Start of Block

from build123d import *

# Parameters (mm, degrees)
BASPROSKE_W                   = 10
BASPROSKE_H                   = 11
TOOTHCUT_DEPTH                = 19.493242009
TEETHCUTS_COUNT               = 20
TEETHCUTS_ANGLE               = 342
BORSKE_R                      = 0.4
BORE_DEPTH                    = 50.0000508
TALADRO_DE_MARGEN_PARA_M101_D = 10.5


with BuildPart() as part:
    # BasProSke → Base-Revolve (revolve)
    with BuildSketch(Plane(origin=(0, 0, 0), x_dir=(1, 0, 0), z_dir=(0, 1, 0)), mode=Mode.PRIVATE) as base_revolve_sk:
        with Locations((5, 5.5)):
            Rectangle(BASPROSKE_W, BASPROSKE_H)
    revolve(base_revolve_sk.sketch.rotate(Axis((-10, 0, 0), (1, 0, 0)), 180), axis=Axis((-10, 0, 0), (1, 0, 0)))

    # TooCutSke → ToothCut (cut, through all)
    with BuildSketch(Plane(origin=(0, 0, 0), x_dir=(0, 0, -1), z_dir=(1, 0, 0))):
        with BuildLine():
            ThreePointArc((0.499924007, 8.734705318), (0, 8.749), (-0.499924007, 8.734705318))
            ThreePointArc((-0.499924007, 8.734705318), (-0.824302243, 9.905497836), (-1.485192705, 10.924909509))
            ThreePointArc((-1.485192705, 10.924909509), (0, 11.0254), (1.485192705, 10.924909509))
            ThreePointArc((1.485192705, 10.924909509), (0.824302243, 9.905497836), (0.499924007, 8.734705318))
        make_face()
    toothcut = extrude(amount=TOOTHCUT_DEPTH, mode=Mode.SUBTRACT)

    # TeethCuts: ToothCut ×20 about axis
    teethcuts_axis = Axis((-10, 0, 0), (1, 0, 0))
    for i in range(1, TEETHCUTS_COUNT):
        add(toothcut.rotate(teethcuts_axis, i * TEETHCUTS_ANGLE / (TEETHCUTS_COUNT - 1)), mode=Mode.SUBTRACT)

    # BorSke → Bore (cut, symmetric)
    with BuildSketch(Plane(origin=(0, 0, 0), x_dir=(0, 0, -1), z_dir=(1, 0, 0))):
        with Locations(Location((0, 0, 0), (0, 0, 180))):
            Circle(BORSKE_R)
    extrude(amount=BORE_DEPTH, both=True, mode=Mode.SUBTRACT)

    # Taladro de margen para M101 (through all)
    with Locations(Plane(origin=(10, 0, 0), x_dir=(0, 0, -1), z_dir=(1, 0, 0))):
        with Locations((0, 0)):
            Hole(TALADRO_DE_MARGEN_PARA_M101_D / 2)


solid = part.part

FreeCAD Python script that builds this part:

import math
import FreeCAD as App
import Part
import Sketcher

V = App.Vector
Q = App.Units.Quantity

doc = App.newDocument("Part")
params = doc.addObject("Spreadsheet::Sheet", "Params")
for row, (alias, value) in enumerate([
    ("sketch1_width", "10 mm"),
    ("sketch1_height", "11 mm"),
    ("revolution_angle", "360 deg"),
    ("sketch2_radius", "4 mm"),
    ("sketch3_diameter", "0.8 mm"),
    ("pocket2_length", "100.000102 mm"),
    ("sketch4_diameter", "10.5 mm"),
    ("hole_diameter", "10.5 mm"),
], start=1):
    params.set(f"A{row}", alias)
    params.set(f"B{row}", "=" + value)
    params.setAlias(f"B{row}", alias)

body = doc.addObject("PartDesign::Body", "Body")

# Sketch on XZ plane
sketch1 = body.newObject("Sketcher::SketchObject", "Sketch")
sketch1.AttachmentSupport = (doc.getObject("XZ_Plane"), [""])
sketch1.MapMode = "FlatFace"
sketch1.addGeometry(Part.LineSegment(V(0, -11, 0), V(0, 0, 0)), False)
sketch1.addGeometry(Part.LineSegment(V(0, 0, 0), V(10, 0, 0)), False)
sketch1.addGeometry(Part.LineSegment(V(10, 0, 0), V(10, -11, 0)), False)
sketch1.addGeometry(Part.LineSegment(V(10, -11, 0), V(0, -11, 0)), False)
sketch1.addConstraint(Sketcher.Constraint("Coincident", 0, 2, 1, 1))
sketch1.addConstraint(Sketcher.Constraint("Coincident", 1, 2, 2, 1))
sketch1.addConstraint(Sketcher.Constraint("Coincident", 2, 2, 3, 1))
sketch1.addConstraint(Sketcher.Constraint("Coincident", 3, 2, 0, 1))
sketch1.addConstraint(Sketcher.Constraint("Vertical", 0))
sketch1.addConstraint(Sketcher.Constraint("Horizontal", 1))
sketch1.addConstraint(Sketcher.Constraint("Vertical", 2))
sketch1.addConstraint(Sketcher.Constraint("Horizontal", 3))
sketch1.addConstraint(Sketcher.Constraint("Coincident", 0, 2, -1, 1))
sketch1.addConstraint(Sketcher.Constraint("DistanceX", 1, 1, 1, 2, Q("10 mm")))
sketch1.addConstraint(Sketcher.Constraint("DistanceY", 0, 1, 0, 2, Q("11 mm")))
sketch1.setExpression("Constraints[9]", "Params.sketch1_width")
sketch1.setExpression("Constraints[10]", "Params.sketch1_height")
revolution = body.newObject("PartDesign::Revolution", "Revolution")
revolution.Profile = sketch1
revolution.ReferenceAxis = (sketch1, ["H_Axis"])
revolution.setExpression("Angle", "Params.revolution_angle")

# Sketch on YZ plane
sketch2 = body.newObject("Sketcher::SketchObject", "Sketch001")
sketch2.AttachmentSupport = (doc.getObject("YZ_Plane"), [""])
sketch2.MapMode = "FlatFace"
sketch2.addGeometry(Part.ArcOfCircle(Part.Circle(V(0, 0, 0), V(0, 0, 1), 8.7), math.radians(-3.28), math.radians(3.28)), False)
sketch2.addGeometry(Part.ArcOfCircle(Part.Circle(V(8.3, -4.5, 0), V(0, 0, 1), 4), math.radians(48), math.radians(83)), False)
sketch2.addGeometry(Part.ArcOfCircle(Part.Circle(V(0, 0, 0), V(0, 0, 1), 11), math.radians(-7.74), math.radians(7.74)), False)
sketch2.addGeometry(Part.ArcOfCircle(Part.Circle(V(8.3, 4.5, 0), V(0, 0, 1), 4), math.radians(-83), math.radians(-48)), False)
sketch2.addConstraint(Sketcher.Constraint("Coincident", 0, 1, 1, 2))
sketch2.addConstraint(Sketcher.Constraint("Coincident", 1, 1, 2, 1))
sketch2.addConstraint(Sketcher.Constraint("Coincident", 2, 2, 3, 2))
sketch2.addConstraint(Sketcher.Constraint("Coincident", 3, 1, 0, 2))
sketch2.addConstraint(Sketcher.Constraint("Coincident", 0, 3, -1, 1))
sketch2.addConstraint(Sketcher.Constraint("Coincident", 2, 3, -1, 1))
sketch2.addConstraint(Sketcher.Constraint("Equal", 1, 3))
sketch2.addConstraint(Sketcher.Constraint("Symmetric", 1, 3, 3, 3, -1))
sketch2.addConstraint(Sketcher.Constraint("Radius", 1, Q("4 mm")))
sketch2.addConstraint(Sketcher.Constraint("Radius", 0, Q("8.749 mm")))
sketch2.addConstraint(Sketcher.Constraint("Radius", 2, Q("11.0254 mm")))
sketch2.addConstraint(Sketcher.Constraint("DistanceY", 1, 3, -1, 1, Q("4.47219 mm")))
sketch2.addConstraint(Sketcher.Constraint("DistanceX", -1, 1, 1, 1, Q("10.92491 mm")))
sketch2.setExpression("Constraints[8]", "Params.sketch2_radius")
pocket1 = body.newObject("PartDesign::Pocket", "Pocket")
pocket1.Profile = sketch2
pocket1.Type = "ThroughAll"
pocket1.Reversed = True
doc.recompute()

polarpattern = body.newObject("PartDesign::PolarPattern", "PolarPattern")
polarpattern.Originals = [pocket1]
polarpattern.Axis = (doc.getObject("X_Axis"), [""])
polarpattern.Angle = 360
polarpattern.Occurrences = 20
body.Tip = polarpattern

# Sketch on YZ plane
sketch3 = body.newObject("Sketcher::SketchObject", "Sketch002")
sketch3.AttachmentSupport = (doc.getObject("YZ_Plane"), [""])
sketch3.MapMode = "FlatFace"
sketch3.addGeometry(Part.Circle(V(0, 0, 0), V(0, 0, 1), 0.4), False)
sketch3.addConstraint(Sketcher.Constraint("Coincident", 0, 3, -1, 1))
sketch3.addConstraint(Sketcher.Constraint("Diameter", 0, Q("0.8 mm")))
sketch3.setExpression("Constraints[1]", "Params.sketch3_diameter")
pocket2 = body.newObject("PartDesign::Pocket", "Pocket001")
pocket2.Profile = sketch3
pocket2.setExpression("Length", "Params.pocket2_length")
pocket2.Midplane = True

# Sketch on YZ plane
sketch4 = body.newObject("Sketcher::SketchObject", "Sketch003")
sketch4.AttachmentSupport = (doc.getObject("YZ_Plane"), [""])
sketch4.MapMode = "FlatFace"
sketch4.AttachmentOffset = App.Placement(V(0, 0, 10), App.Rotation())
sketch4.addGeometry(Part.Circle(V(0, 0, 0), V(0, 0, 1), 5), False)
sketch4.addConstraint(Sketcher.Constraint("Coincident", 0, 3, -1, 1))
sketch4.addConstraint(Sketcher.Constraint("Diameter", 0, Q("10.5 mm")))
sketch4.setExpression("Constraints[1]", "Params.sketch4_diameter")
doc.recompute()
hole = body.newObject("PartDesign::Hole", "Hole")
hole.Profile = sketch4
hole.ThreadType = "None"
hole.setExpression("Diameter", "Params.hole_diameter")
hole.DepthType = "ThroughAll"

doc.recompute()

End of Block

## Action item
Your task is to restate, word for word, only those lines above that fall between the line holding "Circle(BORSKE_R)" and the line holding "FreeCAD Python script", inclusive.

## Result
            Circle(BORSKE_R)
    extrude(amount=BORE_DEPTH, both=True, mode=Mode.SUBTRACT)

    # Taladro de margen para M101 (through all)
    with Locations(Plane(origin=(10, 0, 0), x_dir=(0, 0, -1), z_dir=(1, 0, 0))):
        with Locations((0, 0)):
            Hole(TALADRO_DE_MARGEN_PARA_M101_D / 2)


solid = part.part

FreeCAD Python script that builds this part:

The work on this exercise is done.